**Task material:**
=== Begin Enclosure ===

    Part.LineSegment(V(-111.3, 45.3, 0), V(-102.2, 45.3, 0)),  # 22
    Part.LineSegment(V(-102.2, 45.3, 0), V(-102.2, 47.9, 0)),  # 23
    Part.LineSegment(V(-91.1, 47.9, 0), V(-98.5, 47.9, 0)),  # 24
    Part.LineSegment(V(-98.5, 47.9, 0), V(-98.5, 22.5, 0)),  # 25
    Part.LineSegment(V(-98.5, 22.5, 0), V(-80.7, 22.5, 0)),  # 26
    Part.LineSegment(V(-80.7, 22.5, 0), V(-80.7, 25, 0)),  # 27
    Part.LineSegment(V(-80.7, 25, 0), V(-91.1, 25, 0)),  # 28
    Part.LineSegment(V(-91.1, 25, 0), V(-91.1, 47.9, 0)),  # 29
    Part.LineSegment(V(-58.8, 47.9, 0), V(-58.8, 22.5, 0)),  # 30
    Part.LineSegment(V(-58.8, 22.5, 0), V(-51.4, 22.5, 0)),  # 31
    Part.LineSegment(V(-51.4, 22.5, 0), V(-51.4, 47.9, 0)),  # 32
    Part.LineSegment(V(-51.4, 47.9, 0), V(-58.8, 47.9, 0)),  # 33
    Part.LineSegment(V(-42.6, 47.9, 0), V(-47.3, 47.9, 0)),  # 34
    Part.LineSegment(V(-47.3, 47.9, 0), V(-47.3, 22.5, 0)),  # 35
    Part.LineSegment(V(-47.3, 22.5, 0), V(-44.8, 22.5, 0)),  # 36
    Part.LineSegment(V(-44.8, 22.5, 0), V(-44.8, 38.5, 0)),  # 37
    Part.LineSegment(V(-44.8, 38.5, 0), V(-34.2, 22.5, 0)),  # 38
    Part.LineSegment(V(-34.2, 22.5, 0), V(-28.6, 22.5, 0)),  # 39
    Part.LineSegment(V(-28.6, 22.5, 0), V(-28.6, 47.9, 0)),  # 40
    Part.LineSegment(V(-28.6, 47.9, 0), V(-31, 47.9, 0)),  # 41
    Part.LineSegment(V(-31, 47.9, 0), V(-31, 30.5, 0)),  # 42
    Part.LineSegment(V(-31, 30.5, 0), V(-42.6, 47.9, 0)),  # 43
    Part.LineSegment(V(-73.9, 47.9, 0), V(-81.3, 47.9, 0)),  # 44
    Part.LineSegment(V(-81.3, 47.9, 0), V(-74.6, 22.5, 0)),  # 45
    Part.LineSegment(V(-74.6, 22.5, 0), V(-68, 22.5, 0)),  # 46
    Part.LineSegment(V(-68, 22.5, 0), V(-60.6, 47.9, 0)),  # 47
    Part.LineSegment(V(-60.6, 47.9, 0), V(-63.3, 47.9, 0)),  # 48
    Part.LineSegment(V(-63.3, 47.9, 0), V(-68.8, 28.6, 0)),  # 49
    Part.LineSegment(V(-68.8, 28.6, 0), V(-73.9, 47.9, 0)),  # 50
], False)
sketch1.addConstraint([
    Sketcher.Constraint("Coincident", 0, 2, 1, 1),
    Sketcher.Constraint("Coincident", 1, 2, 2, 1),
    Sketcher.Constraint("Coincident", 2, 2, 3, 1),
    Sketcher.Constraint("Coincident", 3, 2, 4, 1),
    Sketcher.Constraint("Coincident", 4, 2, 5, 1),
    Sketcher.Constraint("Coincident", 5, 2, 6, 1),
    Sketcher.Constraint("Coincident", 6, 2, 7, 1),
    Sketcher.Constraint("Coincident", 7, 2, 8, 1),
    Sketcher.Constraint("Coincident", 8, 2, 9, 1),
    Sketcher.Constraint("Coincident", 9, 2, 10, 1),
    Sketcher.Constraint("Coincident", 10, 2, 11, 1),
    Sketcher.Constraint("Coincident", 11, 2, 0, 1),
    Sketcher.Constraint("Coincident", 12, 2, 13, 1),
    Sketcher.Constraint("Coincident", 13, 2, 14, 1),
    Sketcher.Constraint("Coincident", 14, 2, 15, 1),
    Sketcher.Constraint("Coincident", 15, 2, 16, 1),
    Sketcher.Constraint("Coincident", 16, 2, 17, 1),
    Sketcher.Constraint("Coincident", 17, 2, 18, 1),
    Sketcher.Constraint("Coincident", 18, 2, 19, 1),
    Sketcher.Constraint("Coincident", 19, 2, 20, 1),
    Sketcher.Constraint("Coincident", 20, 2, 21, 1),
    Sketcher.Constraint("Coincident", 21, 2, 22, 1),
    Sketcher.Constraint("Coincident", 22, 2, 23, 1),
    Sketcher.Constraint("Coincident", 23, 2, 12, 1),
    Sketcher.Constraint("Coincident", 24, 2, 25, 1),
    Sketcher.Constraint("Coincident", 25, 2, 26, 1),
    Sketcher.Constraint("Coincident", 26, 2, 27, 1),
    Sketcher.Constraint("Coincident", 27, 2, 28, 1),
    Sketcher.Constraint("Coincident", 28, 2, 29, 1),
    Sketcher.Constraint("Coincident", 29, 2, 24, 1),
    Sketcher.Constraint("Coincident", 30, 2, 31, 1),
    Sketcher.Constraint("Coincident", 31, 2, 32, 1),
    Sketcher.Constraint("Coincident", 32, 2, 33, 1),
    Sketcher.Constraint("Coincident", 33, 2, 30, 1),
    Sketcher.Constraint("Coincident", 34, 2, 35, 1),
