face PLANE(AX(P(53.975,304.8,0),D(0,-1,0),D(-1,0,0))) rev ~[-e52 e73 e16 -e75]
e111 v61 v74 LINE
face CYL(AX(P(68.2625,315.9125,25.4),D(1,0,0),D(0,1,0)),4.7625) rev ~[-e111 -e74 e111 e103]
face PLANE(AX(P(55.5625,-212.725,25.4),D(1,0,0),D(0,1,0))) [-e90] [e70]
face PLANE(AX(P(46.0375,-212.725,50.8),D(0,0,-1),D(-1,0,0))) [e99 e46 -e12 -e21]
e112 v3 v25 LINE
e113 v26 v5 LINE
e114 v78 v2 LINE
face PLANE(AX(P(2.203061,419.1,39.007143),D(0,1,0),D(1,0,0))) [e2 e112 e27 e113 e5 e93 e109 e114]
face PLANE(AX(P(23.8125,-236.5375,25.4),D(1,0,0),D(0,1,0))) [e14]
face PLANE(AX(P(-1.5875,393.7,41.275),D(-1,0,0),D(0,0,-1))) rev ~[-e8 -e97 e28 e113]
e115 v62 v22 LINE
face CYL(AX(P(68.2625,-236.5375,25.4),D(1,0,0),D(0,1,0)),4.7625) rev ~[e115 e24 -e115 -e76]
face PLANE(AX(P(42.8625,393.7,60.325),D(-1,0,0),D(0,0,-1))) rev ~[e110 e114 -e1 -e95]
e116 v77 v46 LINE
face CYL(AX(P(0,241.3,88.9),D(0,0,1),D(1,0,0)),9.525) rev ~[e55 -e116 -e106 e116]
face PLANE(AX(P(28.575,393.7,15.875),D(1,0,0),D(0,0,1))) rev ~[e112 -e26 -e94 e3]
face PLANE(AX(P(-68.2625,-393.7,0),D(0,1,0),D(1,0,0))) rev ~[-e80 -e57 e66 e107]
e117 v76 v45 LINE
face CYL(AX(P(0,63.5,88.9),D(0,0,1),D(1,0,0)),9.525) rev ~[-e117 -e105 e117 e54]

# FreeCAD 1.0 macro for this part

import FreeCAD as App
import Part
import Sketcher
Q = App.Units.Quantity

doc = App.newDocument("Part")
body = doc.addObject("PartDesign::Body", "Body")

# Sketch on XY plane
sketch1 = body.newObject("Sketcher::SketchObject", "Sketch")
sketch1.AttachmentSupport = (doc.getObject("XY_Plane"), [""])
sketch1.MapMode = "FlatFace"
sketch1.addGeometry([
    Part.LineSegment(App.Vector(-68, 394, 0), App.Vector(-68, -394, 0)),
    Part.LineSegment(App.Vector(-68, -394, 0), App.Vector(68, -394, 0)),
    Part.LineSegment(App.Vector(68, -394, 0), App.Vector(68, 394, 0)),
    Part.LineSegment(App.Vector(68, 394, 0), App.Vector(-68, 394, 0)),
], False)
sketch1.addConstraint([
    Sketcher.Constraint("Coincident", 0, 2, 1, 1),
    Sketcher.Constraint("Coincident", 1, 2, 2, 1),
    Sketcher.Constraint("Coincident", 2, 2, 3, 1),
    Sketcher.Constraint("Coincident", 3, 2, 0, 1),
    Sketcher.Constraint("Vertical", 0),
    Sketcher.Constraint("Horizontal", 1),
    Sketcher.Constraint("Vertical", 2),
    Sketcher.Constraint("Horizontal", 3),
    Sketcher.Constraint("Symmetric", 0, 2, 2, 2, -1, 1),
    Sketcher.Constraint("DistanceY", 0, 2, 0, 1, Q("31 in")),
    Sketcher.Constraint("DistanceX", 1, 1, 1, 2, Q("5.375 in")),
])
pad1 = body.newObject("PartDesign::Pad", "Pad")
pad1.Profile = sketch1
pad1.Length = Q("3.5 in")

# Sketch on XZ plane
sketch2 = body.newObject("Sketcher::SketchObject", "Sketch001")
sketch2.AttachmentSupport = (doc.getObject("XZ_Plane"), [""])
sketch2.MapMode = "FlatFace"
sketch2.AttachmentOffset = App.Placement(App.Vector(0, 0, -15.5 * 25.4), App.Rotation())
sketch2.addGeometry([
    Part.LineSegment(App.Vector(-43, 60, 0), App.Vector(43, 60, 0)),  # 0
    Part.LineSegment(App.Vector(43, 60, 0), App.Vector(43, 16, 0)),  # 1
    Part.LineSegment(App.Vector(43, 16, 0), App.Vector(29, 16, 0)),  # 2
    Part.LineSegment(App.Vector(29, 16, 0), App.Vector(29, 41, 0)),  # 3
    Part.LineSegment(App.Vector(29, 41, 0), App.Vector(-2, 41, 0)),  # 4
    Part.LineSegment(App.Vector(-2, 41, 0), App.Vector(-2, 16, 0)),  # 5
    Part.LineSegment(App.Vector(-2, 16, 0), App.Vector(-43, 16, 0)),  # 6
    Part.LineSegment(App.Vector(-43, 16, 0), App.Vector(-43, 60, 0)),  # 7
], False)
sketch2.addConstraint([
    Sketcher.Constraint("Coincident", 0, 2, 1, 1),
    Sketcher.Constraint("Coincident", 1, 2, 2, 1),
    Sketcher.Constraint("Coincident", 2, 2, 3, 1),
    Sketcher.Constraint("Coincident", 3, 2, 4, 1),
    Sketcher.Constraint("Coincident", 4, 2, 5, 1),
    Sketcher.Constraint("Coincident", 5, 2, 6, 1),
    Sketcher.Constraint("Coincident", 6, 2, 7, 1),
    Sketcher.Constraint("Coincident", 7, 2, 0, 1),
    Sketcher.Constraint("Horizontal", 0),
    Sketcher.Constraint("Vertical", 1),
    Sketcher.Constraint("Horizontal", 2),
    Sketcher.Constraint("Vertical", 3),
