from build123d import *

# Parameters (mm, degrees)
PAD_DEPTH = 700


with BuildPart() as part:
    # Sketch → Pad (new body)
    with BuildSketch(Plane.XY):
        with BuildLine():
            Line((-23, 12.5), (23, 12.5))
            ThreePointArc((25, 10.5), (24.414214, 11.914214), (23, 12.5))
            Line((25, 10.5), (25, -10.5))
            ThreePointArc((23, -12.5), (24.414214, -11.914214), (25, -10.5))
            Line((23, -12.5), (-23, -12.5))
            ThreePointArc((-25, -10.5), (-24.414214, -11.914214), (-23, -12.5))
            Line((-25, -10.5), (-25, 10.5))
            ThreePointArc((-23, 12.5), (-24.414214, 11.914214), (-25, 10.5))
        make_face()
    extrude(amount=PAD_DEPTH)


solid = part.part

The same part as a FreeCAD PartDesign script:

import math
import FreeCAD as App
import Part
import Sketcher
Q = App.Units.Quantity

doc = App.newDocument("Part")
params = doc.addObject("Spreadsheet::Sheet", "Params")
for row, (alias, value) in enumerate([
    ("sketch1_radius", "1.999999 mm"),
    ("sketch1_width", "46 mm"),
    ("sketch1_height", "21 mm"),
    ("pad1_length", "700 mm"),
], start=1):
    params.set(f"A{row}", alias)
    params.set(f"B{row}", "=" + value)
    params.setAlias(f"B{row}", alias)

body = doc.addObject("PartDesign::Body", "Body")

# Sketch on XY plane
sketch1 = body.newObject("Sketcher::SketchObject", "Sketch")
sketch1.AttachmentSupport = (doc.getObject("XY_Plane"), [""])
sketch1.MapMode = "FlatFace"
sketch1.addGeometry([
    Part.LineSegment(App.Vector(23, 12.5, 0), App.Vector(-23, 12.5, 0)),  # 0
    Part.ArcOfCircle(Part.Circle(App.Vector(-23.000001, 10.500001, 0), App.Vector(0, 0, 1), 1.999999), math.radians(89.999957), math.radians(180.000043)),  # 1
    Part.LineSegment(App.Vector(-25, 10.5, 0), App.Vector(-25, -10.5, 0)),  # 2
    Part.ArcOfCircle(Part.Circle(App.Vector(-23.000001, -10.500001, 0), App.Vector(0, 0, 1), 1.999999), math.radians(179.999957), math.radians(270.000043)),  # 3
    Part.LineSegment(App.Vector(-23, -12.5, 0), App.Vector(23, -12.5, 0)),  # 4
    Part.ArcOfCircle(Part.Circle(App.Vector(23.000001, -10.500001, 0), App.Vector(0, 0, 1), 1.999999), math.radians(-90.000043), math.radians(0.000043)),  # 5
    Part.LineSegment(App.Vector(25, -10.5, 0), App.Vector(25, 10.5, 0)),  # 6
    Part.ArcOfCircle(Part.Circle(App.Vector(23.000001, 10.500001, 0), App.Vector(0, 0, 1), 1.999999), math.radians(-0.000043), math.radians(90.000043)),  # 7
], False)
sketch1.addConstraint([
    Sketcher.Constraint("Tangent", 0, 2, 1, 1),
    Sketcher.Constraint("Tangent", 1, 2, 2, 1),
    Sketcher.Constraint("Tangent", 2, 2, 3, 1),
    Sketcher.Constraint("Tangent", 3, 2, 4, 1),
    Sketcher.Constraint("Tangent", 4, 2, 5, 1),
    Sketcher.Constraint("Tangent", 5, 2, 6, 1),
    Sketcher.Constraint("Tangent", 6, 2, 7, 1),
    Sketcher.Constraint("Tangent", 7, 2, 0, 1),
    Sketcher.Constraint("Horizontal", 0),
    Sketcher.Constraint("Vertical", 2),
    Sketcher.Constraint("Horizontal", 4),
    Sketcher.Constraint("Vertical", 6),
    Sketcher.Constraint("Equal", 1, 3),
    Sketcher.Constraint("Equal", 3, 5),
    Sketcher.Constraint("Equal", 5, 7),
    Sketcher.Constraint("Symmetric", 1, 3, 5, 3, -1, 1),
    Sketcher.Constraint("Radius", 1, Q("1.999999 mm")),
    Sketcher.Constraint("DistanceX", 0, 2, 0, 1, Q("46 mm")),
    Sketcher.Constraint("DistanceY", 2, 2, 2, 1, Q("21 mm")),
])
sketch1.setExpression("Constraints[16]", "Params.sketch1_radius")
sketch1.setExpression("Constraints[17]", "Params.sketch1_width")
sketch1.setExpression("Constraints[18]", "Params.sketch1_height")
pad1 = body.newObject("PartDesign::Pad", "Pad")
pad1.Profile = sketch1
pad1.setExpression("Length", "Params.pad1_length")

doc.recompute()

=== End Enclosure ===
=== Begin Enclosure ===

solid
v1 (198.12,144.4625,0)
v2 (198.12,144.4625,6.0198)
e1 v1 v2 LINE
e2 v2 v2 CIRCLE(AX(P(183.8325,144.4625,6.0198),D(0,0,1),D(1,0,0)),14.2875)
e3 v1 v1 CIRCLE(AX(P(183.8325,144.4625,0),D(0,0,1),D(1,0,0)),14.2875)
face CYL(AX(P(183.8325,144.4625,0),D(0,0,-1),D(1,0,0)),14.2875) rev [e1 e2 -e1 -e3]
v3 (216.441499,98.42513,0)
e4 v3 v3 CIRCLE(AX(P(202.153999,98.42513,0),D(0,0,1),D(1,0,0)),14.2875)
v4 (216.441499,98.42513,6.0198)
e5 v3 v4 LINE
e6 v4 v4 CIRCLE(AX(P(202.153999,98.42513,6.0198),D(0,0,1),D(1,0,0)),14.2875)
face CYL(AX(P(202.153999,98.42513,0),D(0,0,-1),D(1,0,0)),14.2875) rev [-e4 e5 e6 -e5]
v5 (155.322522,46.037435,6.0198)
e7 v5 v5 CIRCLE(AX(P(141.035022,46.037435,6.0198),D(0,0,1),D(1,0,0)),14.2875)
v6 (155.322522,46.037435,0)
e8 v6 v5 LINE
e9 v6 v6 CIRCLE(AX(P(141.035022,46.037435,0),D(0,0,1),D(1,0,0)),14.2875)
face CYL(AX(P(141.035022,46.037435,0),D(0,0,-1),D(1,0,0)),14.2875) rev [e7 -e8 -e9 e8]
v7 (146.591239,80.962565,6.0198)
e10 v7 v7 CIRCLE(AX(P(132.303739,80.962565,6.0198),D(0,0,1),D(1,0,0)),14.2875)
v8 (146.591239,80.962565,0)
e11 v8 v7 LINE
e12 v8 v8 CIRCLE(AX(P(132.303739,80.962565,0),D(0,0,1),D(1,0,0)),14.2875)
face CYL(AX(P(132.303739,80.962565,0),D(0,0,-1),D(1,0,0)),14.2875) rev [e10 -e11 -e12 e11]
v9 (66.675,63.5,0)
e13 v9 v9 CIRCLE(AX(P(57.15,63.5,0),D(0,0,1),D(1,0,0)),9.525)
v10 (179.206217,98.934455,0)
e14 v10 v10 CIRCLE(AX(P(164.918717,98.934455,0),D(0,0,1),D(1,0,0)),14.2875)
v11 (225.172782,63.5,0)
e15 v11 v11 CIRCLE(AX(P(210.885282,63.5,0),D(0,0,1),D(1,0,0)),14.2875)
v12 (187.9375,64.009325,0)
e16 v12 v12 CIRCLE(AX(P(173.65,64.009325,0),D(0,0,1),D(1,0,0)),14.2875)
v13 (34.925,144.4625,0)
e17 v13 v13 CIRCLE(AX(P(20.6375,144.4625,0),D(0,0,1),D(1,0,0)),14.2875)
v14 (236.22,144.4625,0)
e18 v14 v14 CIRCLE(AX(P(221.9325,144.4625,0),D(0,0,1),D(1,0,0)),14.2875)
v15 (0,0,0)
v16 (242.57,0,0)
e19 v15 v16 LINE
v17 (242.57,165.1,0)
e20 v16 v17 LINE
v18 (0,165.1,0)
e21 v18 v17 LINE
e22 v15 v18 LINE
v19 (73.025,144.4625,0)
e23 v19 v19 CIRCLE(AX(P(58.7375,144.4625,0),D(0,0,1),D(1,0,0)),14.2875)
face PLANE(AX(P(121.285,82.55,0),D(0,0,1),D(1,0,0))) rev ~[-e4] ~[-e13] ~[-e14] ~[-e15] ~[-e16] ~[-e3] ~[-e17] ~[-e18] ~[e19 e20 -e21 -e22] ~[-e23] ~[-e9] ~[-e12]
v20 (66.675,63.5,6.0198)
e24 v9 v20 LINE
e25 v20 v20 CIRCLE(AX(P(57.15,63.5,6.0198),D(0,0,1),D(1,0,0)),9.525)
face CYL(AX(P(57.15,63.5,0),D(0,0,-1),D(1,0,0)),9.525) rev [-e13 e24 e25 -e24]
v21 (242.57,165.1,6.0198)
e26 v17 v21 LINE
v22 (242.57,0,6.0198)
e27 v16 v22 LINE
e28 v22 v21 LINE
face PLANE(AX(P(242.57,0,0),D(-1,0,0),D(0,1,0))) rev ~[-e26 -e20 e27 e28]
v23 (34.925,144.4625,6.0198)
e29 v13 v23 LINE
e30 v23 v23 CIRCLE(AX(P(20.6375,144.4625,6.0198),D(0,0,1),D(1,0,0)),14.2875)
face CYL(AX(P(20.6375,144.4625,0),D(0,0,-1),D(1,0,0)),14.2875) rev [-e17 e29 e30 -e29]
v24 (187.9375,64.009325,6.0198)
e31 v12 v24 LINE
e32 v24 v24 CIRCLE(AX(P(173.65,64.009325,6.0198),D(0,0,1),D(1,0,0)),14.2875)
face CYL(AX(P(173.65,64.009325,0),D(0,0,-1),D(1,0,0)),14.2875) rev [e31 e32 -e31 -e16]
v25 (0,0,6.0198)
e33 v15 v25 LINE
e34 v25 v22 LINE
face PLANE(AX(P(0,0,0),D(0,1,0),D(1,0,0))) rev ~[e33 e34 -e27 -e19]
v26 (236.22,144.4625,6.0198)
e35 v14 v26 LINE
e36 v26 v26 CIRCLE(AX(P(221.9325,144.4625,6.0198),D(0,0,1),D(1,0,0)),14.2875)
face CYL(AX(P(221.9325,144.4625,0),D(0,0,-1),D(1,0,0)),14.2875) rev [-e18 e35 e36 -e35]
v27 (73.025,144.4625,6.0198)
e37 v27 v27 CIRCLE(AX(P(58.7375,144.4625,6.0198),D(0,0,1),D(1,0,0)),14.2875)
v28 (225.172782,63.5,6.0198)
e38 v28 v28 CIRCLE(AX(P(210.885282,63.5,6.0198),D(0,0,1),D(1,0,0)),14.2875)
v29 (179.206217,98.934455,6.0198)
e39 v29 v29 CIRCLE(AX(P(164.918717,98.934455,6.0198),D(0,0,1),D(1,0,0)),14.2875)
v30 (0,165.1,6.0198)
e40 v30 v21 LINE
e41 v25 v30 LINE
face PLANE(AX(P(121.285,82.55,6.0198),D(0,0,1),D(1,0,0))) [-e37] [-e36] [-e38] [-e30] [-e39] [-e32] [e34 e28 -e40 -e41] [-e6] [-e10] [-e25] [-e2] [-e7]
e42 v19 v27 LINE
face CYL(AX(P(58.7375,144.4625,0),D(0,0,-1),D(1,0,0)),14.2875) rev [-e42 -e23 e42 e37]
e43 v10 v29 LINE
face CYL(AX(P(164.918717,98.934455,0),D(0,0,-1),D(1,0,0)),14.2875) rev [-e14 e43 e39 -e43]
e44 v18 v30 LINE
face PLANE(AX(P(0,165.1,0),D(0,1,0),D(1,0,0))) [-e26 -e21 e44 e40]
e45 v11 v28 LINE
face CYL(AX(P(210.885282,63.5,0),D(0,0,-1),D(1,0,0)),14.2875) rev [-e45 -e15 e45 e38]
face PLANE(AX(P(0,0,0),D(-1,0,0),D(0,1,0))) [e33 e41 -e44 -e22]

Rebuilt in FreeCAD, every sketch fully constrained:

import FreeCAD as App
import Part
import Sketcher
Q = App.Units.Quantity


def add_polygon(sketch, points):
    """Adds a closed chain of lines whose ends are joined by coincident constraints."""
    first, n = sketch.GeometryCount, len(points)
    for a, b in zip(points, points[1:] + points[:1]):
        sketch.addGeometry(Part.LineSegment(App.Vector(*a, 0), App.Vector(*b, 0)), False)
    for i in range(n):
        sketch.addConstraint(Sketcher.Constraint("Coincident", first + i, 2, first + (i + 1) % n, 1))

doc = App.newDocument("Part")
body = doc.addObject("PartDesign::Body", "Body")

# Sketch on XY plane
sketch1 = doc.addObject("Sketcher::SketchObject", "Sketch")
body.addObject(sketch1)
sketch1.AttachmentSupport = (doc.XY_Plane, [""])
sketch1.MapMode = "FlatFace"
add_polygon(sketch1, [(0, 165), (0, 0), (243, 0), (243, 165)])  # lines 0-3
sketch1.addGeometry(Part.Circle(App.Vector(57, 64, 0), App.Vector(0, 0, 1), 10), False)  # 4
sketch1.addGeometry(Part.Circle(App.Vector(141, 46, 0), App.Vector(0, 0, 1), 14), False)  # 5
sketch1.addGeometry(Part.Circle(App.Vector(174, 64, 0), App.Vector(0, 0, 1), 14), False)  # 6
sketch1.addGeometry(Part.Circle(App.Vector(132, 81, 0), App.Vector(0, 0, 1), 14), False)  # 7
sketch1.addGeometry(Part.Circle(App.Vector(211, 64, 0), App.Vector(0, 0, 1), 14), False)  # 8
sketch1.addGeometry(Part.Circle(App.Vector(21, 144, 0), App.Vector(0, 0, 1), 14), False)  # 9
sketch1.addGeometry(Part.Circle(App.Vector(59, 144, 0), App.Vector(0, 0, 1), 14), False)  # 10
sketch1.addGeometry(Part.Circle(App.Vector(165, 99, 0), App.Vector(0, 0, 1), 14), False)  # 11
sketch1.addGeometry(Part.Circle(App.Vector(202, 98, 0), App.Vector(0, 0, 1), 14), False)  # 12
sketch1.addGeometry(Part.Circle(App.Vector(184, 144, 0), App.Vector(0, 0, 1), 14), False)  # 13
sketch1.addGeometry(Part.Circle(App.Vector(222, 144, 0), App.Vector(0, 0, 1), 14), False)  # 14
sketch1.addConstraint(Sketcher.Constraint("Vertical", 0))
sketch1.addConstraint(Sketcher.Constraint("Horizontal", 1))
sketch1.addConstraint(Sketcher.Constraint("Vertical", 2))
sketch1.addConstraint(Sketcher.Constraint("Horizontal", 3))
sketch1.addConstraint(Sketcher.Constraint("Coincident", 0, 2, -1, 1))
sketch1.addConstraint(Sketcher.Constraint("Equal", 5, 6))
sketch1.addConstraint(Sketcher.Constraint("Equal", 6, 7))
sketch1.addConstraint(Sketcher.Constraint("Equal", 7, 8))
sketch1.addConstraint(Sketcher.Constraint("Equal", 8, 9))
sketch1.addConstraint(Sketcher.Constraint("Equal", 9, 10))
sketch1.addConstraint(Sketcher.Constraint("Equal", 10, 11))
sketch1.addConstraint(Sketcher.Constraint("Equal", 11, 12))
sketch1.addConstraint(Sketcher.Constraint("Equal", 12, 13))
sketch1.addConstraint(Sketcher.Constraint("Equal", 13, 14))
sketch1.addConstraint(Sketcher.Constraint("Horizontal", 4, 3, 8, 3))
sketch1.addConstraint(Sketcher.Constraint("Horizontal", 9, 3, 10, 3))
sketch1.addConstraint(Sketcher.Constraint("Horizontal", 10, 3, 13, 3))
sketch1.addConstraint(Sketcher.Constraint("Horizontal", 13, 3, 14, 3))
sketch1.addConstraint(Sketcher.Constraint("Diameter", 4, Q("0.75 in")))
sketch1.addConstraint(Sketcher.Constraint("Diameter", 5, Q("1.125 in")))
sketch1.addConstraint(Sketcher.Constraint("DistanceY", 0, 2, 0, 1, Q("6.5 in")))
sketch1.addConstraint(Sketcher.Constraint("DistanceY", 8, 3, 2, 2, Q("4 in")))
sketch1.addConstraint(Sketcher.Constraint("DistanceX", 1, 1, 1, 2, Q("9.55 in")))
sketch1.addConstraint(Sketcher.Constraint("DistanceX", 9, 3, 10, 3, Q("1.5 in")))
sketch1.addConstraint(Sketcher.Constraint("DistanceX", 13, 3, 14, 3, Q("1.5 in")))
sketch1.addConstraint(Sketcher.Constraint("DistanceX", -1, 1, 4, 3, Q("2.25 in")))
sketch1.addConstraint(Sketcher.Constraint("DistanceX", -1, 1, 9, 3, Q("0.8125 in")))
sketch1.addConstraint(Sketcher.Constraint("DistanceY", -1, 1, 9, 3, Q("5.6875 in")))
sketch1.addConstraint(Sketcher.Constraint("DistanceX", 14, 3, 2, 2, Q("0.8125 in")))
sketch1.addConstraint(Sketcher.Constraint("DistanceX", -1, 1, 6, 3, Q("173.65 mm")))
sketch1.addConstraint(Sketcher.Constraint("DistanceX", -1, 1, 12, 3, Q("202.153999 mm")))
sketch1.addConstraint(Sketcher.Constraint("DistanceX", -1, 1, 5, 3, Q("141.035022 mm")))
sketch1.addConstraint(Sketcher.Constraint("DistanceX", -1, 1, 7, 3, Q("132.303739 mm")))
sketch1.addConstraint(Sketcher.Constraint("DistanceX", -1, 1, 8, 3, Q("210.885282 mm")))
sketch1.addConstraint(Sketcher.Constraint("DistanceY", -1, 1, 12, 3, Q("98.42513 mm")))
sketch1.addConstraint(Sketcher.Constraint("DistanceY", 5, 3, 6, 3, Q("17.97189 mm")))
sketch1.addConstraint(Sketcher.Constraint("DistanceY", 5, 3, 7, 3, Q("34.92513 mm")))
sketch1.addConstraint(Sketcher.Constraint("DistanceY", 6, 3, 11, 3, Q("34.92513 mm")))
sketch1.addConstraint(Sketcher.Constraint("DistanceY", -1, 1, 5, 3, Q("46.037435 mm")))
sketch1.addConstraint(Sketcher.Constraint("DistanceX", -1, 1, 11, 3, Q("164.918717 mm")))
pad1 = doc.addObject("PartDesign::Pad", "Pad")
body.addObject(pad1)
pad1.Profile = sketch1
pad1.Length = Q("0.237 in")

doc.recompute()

=== End Enclosure ===

**What you will do:**
In the entries above, the lines from the one bearing "e37 v27 v27" up to and including the one bearing "e41 v25 v30 LINE" should be transcribed exactly; no other line is wanted.

**Exercise solution:**
e37 v27 v27 CIRCLE(AX(P(58.7375,144.4625,6.0198),D(0,0,1),D(1,0,0)),14.2875)
v28 (225.172782,63.5,6.0198)
e38 v28 v28 CIRCLE(AX(P(210.885282,63.5,6.0198),D(0,0,1),D(1,0,0)),14.2875)
v29 (179.206217,98.934455,6.0198)
e39 v29 v29 CIRCLE(AX(P(164.918717,98.934455,6.0198),D(0,0,1),D(1,0,0)),14.2875)
v30 (0,165.1,6.0198)
e40 v30 v21 LINE
e41 v25 v30 LINE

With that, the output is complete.